I certainly would call that Supreme...


----------



## catfish (Mar 24, 2013)

37fleetwood said:


> I certainly would call that Supreme...




Thanks! It's always nice to hear that from someone who knows.


----------



## dougfisk (Mar 24, 2013)

OK, I give up... who built this?  I recognize big McCauley fenders, but nothing else?


----------



## 37fleetwood (Mar 24, 2013)

dougfisk said:


> OK, I give up... who built this?  I recognize big McCauley fenders, but nothing else?




it's a '36 Huffy...


----------



## Oldbikes (Mar 24, 2013)

Killer score Catfish!


----------



## OldRider (Mar 24, 2013)

Holy Semolians Catfish, what are you doing with my Fleetwood??? Minus the chromed fenders I have the exact same bike,albeit much rustier! That is stunning..........now I can see what mine once was.


----------



## 37fleetwood (Mar 24, 2013)

a bit better copy of the catalog page:


----------



## dougfisk (Mar 24, 2013)

37fleetwood said:


> a bit better copy of the catalog page:





I need to ask my father if he wore "knickers" or "pedal pushers" like the lad pictured.  I am having a hard time picturing that...


----------



## OldRider (Mar 24, 2013)

After a conference with Professor Huffman I now realize I have the standard model and you have the supreme model, my bottom bar is straight where yours are both curved, I have the painted fenders, you have chromed, plus the pinstriping differs.


----------



## catfish (Mar 25, 2013)

Oldbikes said:


> Killer score Catfish!




Thank you !


----------



## bikesnbuses (Mar 25, 2013)

Suuuuuper SWEET!!


----------



## hzqw2l (Mar 25, 2013)

*Find?*

Where'd you find it?

I saw it at a Mark Vail auction about 2 years ago up in the catskills.  Couldn't get a shipper so couldn't bid...
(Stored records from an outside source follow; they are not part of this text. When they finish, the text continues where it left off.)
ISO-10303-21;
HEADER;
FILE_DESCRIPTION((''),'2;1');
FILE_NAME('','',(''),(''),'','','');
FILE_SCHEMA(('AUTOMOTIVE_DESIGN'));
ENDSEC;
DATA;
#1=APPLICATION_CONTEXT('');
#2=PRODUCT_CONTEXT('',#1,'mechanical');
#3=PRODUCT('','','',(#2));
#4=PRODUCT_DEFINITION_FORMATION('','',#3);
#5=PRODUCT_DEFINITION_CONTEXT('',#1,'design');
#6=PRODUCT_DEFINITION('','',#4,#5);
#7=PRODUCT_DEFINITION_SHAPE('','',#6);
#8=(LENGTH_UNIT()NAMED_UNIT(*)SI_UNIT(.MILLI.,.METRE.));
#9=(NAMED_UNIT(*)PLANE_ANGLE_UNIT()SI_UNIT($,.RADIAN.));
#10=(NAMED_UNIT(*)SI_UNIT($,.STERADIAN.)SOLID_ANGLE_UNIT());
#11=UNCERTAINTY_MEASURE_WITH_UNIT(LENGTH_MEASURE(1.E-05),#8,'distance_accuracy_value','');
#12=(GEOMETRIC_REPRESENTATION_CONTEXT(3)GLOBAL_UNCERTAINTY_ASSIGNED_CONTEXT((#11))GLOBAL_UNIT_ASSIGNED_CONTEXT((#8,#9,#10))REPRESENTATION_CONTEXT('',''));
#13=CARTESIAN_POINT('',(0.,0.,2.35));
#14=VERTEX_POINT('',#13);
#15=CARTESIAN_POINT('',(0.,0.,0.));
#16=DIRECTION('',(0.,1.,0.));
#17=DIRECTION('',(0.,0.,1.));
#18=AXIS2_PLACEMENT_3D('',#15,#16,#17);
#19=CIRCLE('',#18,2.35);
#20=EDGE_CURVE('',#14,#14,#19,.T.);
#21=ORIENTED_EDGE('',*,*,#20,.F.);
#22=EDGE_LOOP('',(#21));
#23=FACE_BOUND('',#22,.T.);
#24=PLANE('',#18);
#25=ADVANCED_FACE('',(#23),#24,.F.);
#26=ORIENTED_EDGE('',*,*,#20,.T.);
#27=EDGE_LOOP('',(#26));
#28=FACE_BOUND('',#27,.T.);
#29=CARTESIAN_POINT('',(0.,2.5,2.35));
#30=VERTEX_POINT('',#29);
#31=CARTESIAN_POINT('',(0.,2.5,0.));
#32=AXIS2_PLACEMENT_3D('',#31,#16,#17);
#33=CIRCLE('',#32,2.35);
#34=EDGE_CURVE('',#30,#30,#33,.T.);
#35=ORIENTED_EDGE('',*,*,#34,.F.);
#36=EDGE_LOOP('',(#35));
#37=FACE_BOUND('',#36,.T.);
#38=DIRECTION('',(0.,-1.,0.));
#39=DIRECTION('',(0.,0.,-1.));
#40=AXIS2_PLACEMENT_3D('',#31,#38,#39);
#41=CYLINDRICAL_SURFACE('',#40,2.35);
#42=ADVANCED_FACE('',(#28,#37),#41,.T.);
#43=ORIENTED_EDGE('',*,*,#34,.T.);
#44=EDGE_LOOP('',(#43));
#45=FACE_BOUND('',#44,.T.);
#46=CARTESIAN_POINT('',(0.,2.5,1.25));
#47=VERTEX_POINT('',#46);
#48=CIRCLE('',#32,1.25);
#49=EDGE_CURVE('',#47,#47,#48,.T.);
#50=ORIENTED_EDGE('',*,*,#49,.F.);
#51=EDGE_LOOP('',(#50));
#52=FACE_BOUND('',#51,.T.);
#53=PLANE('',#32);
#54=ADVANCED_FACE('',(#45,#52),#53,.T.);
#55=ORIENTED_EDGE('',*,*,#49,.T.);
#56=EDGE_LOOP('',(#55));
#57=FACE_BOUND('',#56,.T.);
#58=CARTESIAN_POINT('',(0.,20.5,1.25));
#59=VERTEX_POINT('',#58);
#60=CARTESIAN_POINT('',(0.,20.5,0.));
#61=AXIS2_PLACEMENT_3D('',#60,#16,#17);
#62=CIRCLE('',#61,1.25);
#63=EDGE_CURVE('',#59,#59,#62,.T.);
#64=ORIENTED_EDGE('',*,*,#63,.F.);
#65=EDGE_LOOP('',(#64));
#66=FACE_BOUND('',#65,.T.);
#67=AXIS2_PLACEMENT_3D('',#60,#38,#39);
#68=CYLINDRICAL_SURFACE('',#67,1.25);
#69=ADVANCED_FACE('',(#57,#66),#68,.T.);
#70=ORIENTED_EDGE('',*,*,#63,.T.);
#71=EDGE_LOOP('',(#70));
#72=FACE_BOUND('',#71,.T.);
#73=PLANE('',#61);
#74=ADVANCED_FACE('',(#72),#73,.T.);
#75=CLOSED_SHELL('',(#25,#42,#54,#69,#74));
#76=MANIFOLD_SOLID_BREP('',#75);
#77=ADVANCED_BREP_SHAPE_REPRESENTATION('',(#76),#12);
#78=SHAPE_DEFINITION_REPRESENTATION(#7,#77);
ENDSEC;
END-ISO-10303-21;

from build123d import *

# Parameters (mm, degrees)
SKETCH_1_R        = 2.35
EXTRUDE_226_DEPTH = 2.5
SKETCH_2_R        = 1.25
EXTRUDE_318_DEPTH = 18


with BuildPart() as part:
    # 草图1 → Extrude 226 (new body)
    with BuildSketch(Plane(origin=(0, 0, 0), x_dir=(1, 0, 0), z_dir=(0, 1, 0))):
        with Locations(Location((0, 0, 0), (0, 0, 270))):
            Circle(SKETCH_1_R)
    extrude(amount=EXTRUDE_226_DEPTH)

    # 草图2 → Extrude 318 (add)
    with BuildSketch(Plane(origin=(0, 2.5, 0), x_dir=(1, 0, 0), z_dir=(0, 1, 0))):
        with Locations(Location((0, 0, 0), (0, 0, 270))):
            Circle(SKETCH_2_R)
    extrude(amount=EXTRUDE_318_DEPTH)


solid = part.part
Looks nicer now that it's clean.






and it had a nice speedo to boot...


----------



## ohdeebee (Mar 26, 2013)

*Serial numbers*

Can anyone decipher the serial numbers between this one and mine? They don't even seem close. Here's mine: 4 8 3 8 and then a sideways 3


----------



## Claysgarage (Mar 31, 2013)

*headbadge*



catfish said:


> Today's find.




I have a  Fleetwood headbadge, but mine is brass with no paint. It looks like the one on your bike but all brass. Do you think paint is just missing, or did they have some without?


----------



## catfish (Mar 31, 2013)

Claysgarage said:


> I have a  Fleetwood headbadge, but mine is brass with no paint. It looks like the one on your bike but all brass. Do you think paint is just missing, or did they have some without?




They all had paint.


----------



## 37fleetwood (Apr 1, 2013)

ohdeebee said:


> Can anyone decipher the serial numbers between this one and mine? They don't even seem close. Here's mine: 4 8 3 8 and then a sideways 3




Ok, I've looked at your bike and Ed's bike, I even went back to the serial project. I think there is a small typo in the latest assessment which I have corrected in this version.
the simplest explanation would be to say that your bike is earlier, hence the lower number. I would guess Huffman started numbering their bikes with a simple number system and added digits as needed, or somewhere in 1936 they simply added a digit for whatever reason. your bike is much plainer than Ed's bike, and not as like the catalog for late 36 describes, I would simply attribute that to being a very early bike. I have 2 1934 frames coming and will be able to add a few new and sorely needed numbers to the list so we have a little more reference of the early stuff.
another note, which could be viewed as a correction of sorts, the catalog which shows the original bike in the first post of this thread is Fall Winter 1936-37, so Ed's bike could fairly be called a 1936-1937 bike.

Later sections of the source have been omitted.